How many years did they put lead in paint, gasoline? How many years did we pump toxins in the air and water ways? How many years did we use asbestos in home products, brake linings in automobiles? What is your point? If you do it long enough it is safe?


----------



## jim lyon (Feb 19, 2006)

Of course those products were known to contain lead. No, lead is never safe, but lets just not make assumptions without data.


----------



## Acebird (Mar 17, 2011)

Even in science assumptions are made and then the data is collected to prove an assumption. If you don't make any assumptions it is doubtful you will ever find out anything. Science is all about questioning.


----------



## WLC (Feb 7, 2010)

It's a good thing that Randy is willing to take a closer look.

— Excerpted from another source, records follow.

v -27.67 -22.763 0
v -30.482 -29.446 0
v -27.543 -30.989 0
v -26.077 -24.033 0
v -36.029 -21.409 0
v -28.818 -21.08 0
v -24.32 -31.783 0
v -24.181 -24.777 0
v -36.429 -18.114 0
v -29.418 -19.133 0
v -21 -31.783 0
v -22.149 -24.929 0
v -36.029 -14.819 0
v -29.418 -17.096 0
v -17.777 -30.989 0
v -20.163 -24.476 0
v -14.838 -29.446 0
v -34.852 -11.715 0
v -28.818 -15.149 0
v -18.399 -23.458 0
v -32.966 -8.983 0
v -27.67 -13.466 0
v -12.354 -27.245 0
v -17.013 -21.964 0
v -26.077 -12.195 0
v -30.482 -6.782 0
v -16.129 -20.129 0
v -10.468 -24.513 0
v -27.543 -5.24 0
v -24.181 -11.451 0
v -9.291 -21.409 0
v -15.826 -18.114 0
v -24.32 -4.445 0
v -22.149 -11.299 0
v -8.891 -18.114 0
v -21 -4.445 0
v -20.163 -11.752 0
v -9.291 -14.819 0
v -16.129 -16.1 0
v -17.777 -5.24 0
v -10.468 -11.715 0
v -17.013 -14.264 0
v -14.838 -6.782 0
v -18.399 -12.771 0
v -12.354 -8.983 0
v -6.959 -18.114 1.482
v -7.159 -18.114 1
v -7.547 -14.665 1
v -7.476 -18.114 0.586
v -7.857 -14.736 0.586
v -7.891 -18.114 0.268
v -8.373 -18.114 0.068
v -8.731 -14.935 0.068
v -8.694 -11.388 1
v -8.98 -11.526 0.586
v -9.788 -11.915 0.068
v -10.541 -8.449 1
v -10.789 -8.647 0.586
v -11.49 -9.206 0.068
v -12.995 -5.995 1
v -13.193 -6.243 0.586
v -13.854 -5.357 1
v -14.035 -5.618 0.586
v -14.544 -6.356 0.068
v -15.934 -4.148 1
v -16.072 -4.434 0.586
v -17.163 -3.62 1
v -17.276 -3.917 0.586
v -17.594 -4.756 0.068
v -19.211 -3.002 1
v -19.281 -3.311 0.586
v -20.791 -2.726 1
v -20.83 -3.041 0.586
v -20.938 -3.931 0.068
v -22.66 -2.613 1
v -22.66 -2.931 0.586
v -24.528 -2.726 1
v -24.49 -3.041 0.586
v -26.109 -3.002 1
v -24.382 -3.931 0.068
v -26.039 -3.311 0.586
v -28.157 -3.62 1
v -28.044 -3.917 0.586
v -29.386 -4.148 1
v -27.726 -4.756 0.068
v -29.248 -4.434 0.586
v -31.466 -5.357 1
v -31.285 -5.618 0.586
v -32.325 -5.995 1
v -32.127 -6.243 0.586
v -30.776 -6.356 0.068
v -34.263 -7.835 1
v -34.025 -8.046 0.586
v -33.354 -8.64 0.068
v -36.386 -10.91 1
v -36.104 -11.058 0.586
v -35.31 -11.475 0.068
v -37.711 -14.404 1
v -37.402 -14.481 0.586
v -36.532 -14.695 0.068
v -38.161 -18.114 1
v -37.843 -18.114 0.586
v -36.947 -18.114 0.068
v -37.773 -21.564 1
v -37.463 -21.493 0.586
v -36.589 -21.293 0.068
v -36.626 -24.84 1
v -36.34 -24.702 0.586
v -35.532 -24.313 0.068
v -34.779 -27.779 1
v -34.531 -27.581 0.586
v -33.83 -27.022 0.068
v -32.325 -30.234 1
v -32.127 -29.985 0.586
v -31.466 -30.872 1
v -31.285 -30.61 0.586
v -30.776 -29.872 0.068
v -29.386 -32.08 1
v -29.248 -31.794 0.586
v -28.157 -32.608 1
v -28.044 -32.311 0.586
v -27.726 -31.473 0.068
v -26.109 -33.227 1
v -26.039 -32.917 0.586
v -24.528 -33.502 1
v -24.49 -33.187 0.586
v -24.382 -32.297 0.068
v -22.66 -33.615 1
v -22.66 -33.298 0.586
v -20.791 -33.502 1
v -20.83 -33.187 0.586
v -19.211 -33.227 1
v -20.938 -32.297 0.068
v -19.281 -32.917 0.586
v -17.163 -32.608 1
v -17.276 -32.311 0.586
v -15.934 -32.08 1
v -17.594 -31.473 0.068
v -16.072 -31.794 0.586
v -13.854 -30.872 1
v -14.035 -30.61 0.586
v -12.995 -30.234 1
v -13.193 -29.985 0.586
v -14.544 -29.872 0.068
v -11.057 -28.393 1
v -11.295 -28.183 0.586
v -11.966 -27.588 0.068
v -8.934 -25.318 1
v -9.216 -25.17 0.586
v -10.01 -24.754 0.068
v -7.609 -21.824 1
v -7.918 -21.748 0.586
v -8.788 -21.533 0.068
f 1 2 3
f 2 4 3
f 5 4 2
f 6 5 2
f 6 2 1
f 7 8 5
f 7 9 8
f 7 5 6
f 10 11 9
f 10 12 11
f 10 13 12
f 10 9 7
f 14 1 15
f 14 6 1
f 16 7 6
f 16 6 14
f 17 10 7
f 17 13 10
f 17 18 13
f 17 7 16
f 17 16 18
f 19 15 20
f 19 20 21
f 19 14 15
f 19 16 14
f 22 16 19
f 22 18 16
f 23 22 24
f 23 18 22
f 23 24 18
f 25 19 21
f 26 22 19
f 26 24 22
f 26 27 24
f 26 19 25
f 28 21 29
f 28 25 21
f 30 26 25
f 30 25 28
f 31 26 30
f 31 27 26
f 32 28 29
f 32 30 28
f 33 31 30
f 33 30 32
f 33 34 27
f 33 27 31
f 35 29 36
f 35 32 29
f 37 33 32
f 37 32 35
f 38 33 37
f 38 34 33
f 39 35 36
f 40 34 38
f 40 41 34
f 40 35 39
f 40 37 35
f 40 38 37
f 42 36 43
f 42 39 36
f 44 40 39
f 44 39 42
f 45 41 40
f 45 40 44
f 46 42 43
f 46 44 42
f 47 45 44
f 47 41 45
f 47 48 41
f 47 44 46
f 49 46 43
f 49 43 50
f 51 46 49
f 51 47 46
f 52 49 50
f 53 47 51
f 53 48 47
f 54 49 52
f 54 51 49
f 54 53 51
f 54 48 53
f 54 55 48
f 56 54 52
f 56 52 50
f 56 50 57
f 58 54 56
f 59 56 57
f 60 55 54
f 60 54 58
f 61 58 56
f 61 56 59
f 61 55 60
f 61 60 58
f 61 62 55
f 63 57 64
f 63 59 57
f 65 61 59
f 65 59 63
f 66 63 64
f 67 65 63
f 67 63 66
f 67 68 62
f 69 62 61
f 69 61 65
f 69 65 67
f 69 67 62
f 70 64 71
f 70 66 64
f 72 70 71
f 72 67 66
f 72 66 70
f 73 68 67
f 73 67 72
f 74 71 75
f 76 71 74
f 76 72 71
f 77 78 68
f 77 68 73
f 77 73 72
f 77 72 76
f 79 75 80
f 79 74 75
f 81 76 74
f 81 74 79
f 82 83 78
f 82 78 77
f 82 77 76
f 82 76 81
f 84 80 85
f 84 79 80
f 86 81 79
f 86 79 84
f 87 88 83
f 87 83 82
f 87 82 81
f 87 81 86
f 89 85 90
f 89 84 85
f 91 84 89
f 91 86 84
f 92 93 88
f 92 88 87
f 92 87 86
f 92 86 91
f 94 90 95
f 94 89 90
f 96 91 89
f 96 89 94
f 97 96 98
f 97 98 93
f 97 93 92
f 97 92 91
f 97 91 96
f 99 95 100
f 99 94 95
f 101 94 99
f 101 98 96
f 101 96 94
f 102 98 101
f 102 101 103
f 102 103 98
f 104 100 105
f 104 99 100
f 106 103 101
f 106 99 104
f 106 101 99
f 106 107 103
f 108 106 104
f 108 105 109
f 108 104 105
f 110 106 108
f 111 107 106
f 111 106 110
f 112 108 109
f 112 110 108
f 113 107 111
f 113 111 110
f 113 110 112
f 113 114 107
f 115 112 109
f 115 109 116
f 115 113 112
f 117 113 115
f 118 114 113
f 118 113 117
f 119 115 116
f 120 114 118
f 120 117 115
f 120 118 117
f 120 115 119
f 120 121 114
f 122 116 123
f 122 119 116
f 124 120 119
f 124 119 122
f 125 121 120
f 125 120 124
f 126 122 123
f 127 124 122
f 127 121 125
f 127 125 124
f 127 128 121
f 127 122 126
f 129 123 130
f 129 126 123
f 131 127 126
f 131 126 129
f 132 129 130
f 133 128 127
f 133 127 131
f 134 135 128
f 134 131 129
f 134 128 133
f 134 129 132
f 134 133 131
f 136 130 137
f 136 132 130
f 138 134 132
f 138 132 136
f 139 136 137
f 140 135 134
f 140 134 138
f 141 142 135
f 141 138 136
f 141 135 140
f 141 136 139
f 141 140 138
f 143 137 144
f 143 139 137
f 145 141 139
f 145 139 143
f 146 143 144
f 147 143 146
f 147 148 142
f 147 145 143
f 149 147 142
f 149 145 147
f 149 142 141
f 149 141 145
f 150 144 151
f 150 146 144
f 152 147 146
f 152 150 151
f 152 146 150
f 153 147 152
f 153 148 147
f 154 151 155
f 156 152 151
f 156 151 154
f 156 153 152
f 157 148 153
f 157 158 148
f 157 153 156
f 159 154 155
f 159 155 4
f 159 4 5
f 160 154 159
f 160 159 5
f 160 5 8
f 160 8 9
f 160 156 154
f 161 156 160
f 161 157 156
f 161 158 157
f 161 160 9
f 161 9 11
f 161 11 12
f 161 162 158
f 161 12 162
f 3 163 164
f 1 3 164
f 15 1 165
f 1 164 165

Otherwise, we would have to rely on Dr. Lu!


----------



## BMAC (Jun 23, 2009)

It is good. it looks like this study was done close to a decade ago now. How do we know if the current manufacturering processes are the same or are different. It is also good that someone in the bee industry take a closer look at sampling. He is asking for samples from all over the country and any age of syrup. It could be syrup you just bought in the form of KARO corn syrup or it could be syrup Mendes bought 10 years ago for his bees.


----------



## WLC (Feb 7, 2010)

"The EHO working under the Office of the FDA Commissioner instructed an investigator in a FDA regional office to collect HFCS samples from different manufacturers. During the week of February 17–24, 2005, the FDA field investigator successfully conducted three separate sampling events, one at each manufacturer."

That would be over 7 years ago. Just ahead of the first major reports of CCD here in the U.S. .

Colony losses are around 30% a year. (all losses).

Pollinators may be losing as much as 70% (unconfirmed). They rely on HFCS to feed bees.


----------



## BlueDiamond (Apr 8, 2011)

WLC said:


> Are you saying that we should trust the CRA?


Yes, ADM, Cargill, etc test their own finished food products in house for legal liability protection reasons; i.e. to make sure the purchasers of their products will not find contamination if they conduct their own testing. Thus, Randy Oliver will find no contamination.


----------



## WLC (Feb 7, 2010)

That wasn't the case in 2005.

The CRAs response to the study was to hire Dr. Stopford at Duke to do a study to refute the Dufault study.

Dufault's response to the Duke study shot down the Duke study as being done without peer review by a single investigator (and other stuff as well).

That's not an good indicator that things have changed.


----------



## Rader Sidetrack (Nov 30, 2011)

BMAC said:


> It could be syrup you just bought in the form of KARO corn syrup or it could be syrup Mendes bought 10 years ago for his bees.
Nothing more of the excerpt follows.